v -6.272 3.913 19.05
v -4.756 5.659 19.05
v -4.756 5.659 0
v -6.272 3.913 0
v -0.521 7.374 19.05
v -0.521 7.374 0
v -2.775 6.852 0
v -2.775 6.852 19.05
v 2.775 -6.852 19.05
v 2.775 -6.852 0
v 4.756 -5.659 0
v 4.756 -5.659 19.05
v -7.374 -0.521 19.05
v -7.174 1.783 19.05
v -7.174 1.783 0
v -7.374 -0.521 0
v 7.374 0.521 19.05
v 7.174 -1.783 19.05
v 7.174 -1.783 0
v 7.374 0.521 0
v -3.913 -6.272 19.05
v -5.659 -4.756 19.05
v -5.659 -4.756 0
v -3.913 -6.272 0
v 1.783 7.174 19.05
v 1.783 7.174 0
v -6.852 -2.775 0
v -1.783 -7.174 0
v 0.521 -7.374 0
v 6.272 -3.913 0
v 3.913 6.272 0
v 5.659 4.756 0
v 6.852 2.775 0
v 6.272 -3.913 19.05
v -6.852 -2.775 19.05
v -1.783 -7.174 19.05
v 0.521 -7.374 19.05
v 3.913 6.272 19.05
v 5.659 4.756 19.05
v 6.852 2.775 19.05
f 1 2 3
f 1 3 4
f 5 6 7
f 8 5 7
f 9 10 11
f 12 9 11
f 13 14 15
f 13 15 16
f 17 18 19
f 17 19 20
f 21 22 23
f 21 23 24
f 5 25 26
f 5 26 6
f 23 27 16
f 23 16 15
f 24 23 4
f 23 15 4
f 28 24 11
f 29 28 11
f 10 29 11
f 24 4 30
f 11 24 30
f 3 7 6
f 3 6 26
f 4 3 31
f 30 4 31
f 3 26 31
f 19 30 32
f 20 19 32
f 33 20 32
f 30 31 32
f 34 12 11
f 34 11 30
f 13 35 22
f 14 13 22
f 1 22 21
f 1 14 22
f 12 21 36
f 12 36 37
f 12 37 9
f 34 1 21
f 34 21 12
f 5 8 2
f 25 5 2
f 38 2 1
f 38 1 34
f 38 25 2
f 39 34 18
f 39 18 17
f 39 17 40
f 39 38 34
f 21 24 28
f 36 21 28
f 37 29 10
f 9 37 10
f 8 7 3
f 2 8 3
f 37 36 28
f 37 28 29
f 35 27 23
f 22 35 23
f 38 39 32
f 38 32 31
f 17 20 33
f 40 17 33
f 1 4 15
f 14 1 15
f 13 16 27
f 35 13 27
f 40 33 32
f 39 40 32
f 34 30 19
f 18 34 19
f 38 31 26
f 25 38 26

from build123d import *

# Parameters (mm, degrees)
F1_DEPTH = 19.05


with BuildPart() as f1:
    # F0 (on Top) → F1 (new body)
    with BuildSketch(Plane.XY):
        Polygon((5.659421, 4.75631), (3.912648, 6.272377), (1.782879, 7.17446), (-0.521412, 7.374257), (-2.774663, 6.85221), (-4.75631, 5.659421), (-6.272377, 3.912648), (-7.17446, 1.782879), (-7.374257, -0.521412), (-6.85221, -2.774663), (-5.659421, -4.75631), (-3.912648, -6.272377), (-1.782879, -7.17446), (0.521412, -7.374257), (2.774663, -6.85221), (4.75631, -5.659421), (6.272377, -3.912648), (7.17446, -1.782879), (7.374257, 0.521412), (6.85221, 2.774663), align=None)
    extrude(amount=F1_DEPTH)


solid = f1.part
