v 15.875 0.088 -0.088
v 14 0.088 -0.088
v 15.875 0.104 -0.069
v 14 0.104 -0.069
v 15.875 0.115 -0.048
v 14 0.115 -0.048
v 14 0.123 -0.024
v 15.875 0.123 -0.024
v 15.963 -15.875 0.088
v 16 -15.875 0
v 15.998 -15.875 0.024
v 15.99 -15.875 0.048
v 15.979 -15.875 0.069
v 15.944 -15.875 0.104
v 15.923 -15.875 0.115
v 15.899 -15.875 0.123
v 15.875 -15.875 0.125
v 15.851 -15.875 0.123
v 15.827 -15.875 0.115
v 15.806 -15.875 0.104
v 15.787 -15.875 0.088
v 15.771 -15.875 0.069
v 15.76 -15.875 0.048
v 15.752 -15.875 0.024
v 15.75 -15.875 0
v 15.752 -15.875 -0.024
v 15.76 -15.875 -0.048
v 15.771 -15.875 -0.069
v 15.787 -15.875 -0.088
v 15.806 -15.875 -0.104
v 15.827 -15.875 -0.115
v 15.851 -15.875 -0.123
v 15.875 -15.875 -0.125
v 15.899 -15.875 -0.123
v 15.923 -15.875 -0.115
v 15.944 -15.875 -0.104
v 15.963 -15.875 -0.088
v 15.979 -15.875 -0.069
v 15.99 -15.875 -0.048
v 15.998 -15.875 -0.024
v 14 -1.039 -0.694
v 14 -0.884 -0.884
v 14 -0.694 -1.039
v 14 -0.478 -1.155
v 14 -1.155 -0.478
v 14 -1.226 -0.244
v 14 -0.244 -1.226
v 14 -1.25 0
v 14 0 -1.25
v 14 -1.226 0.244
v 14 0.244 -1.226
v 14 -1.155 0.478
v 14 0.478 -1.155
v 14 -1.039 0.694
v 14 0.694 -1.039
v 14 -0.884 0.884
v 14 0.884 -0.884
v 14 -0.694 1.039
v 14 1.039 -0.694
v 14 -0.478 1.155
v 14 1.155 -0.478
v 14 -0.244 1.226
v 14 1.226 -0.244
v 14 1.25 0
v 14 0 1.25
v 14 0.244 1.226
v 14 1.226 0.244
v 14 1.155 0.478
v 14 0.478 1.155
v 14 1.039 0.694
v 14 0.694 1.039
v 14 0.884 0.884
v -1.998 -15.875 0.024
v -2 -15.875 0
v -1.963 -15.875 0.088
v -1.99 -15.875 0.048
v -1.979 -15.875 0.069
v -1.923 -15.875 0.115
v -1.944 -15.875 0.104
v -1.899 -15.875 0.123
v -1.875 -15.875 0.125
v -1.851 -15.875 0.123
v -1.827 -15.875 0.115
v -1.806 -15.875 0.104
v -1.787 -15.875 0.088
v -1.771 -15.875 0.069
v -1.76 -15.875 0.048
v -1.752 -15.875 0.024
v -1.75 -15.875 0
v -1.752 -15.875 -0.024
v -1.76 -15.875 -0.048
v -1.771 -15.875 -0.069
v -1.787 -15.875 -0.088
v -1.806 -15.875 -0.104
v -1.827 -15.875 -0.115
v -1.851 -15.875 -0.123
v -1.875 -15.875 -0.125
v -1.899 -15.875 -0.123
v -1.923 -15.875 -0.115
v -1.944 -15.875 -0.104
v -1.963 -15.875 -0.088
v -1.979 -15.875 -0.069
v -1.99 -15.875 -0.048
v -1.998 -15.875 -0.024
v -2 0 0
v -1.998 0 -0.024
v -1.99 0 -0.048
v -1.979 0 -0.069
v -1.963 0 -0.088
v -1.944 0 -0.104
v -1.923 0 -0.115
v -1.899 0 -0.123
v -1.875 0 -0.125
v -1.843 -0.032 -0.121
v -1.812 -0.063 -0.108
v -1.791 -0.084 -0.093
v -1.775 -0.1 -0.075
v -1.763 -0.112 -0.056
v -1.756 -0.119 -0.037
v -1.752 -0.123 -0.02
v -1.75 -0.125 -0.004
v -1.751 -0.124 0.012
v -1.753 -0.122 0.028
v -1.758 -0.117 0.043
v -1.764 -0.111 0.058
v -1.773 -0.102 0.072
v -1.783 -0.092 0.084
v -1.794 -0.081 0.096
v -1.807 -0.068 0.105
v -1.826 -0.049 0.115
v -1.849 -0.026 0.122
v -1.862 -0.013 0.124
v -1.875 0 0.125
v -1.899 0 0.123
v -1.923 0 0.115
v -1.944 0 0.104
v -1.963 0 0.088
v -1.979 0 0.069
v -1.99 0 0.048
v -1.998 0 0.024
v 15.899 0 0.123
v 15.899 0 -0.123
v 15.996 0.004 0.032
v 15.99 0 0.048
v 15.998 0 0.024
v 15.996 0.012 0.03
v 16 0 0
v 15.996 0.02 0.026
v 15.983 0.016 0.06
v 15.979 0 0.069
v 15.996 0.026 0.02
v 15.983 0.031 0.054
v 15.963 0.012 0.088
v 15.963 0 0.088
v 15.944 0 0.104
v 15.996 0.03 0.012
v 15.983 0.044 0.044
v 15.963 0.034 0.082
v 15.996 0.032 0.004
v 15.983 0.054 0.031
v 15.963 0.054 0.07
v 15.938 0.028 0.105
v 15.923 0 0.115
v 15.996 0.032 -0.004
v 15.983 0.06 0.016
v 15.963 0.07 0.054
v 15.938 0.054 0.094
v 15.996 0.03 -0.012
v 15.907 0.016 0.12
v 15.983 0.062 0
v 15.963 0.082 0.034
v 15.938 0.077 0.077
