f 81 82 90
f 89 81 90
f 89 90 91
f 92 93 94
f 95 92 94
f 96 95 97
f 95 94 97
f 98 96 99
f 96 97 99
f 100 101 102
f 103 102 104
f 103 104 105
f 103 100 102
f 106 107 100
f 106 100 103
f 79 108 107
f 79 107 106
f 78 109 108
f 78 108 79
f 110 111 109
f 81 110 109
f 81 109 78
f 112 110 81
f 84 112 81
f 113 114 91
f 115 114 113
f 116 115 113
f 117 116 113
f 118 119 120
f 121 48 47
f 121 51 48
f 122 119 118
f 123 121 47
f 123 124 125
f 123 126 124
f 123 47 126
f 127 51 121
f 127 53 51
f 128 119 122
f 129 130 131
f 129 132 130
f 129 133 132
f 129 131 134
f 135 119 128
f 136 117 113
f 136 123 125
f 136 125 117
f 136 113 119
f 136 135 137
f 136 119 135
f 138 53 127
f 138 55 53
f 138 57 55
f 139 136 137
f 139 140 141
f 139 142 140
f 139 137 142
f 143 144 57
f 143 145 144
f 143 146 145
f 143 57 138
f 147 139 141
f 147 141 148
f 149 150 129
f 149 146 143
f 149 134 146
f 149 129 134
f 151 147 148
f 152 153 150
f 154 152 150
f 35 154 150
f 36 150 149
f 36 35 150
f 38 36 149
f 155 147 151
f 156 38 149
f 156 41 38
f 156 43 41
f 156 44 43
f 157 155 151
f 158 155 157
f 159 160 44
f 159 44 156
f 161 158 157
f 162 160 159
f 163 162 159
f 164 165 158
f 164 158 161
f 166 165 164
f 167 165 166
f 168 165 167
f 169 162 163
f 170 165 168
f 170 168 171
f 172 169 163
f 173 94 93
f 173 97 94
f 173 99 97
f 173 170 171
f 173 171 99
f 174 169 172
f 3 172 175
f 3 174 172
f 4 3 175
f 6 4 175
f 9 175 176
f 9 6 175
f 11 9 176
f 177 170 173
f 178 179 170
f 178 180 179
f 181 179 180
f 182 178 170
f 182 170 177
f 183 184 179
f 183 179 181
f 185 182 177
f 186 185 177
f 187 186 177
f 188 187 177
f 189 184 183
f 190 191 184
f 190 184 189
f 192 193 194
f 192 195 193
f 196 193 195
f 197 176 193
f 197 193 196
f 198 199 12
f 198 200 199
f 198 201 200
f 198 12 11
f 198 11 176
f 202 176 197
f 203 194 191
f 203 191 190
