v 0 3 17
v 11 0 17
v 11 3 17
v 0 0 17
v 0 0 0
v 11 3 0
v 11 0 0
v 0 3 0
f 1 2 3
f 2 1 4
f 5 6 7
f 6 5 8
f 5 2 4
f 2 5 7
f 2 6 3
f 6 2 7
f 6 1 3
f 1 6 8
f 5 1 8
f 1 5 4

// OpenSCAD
// Generated by SolidPython 1.0.1 on 2020-07-29 00:46:55


cube(size = [11, 3, 17]);
/***********************************************
*********      SolidPython code:      **********
************************************************
 
# import packages: SolidPython
from solid import *
from solid.utils import *
from itertools import chain, combinations, permutations


class Resize:

    def __init__(self, scad_file):
        self.scad_file = scad_file
        #self.scad_file = import_scad(scad_file)
        # cone/cylinder param:
        self.r1 = 0
        self.r2 = 0
        self.h = 0
        # rectangular prism param:
        self.w = 0
        self.l = 0
        # ellipse param:
        self.r = 0

    # import OpenScad code (file name corresponds to shape)


    # classify shape + parameters
    def assign(self, param1, param2, param3):
        if self.scad_file == 'cone.scad':
            self.r1 = param1
            self.r2 = param2
            self.h = param3
        elif self.scad_file == 'cylinder.scad':
            self.r1 = param1
            self.r2 = param2
            self.h = param3
        elif self.scad_file == 'rectangularPrism.scad':
            self.h = param1
            self.l = param2
            self.w = param3
        else:
            self.r = param1
            self.h = param2

    # resize parameters
    def iterate(self):
        x = range(3, 20, 2)
        i = 1
        if self.scad_file == 'cone.scad':
            tempList = list(permutations(x, 2))
            for temp in tempList:
                param1 = temp[0]
                param2 = temp[1]
                filepath = 'produced_scad_files/' + 'cone' + str(param1) + '_' + str(param2) + '_' + '.scad'
                scad_render_to_file(cylinder(h=param1, r1=param2, r2=0), filepath)

        elif self.scad_file == 'cylinder.scad':
            tempList = list(permutations(x, 3))
            for temp in tempList:
                param1 = temp[0]
                param2 = temp[1]
                filepath = 'produced_scad_files/' + 'cylinder' + str(param1) + '_' + str(param2) + '_' + '.scad'
                scad_render_to_file(cylinder(h=param1, r1=param2, r2=param2), filepath)

        elif self.scad_file == 'rectangularPrism.scad':
            tempList = list(permutations(x, 3))
            for temp in tempList:
                param1 = temp[0]
                param2 = temp[1]
                param3 = temp[2]
                filepath = 'produced_scad_files/' + 'rectangularPrism' + str(param1) + '_' + str(param2) + '_' + str(
                    param3) + '.scad'
                scad_render_to_file(cube(size=(param1, param2, param3)), filepath)

        elif self.scad_file == 'ellipse.scad':
            tempList = list(permutations(x, 4))
            for temp in tempList:
                param1 = temp[0]
                param2 = temp[1]
                param3 = temp[2]
                param4 = temp[3]
                filepath = 'produced_scad_files/' + 'ellipse' + str(param1) + '_' + str(param2) + '_' + str(param3) + '_' + str(param4) + '.scad'
                scad_render_to_file(scale([param1, param2, param3])(sphere(r=param4)), filepath)

    def render_to_scadfile(self):
        scad_render_to_file(scad, 'example.scad') 
 
************************************************/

+ + + +

* Problem details *
Start with the line above that contains "v -1.923 0 0.115" and stop after the line that contains "v 15.983 0.031 0.054". Output those lines exactly, and only those.

* Your solution *
v -1.923 0 0.115
v -1.944 0 0.104
v -1.963 0 0.088
v -1.979 0 0.069
v -1.99 0 0.048
v -1.998 0 0.024
v 15.899 0 0.123
v 15.899 0 -0.123
v 15.996 0.004 0.032
v 15.99 0 0.048
v 15.998 0 0.024
v 15.996 0.012 0.03
v 16 0 0
v 15.996 0.02 0.026
v 15.983 0.016 0.06
v 15.979 0 0.069
v 15.996 0.026 0.02
v 15.983 0.031 0.054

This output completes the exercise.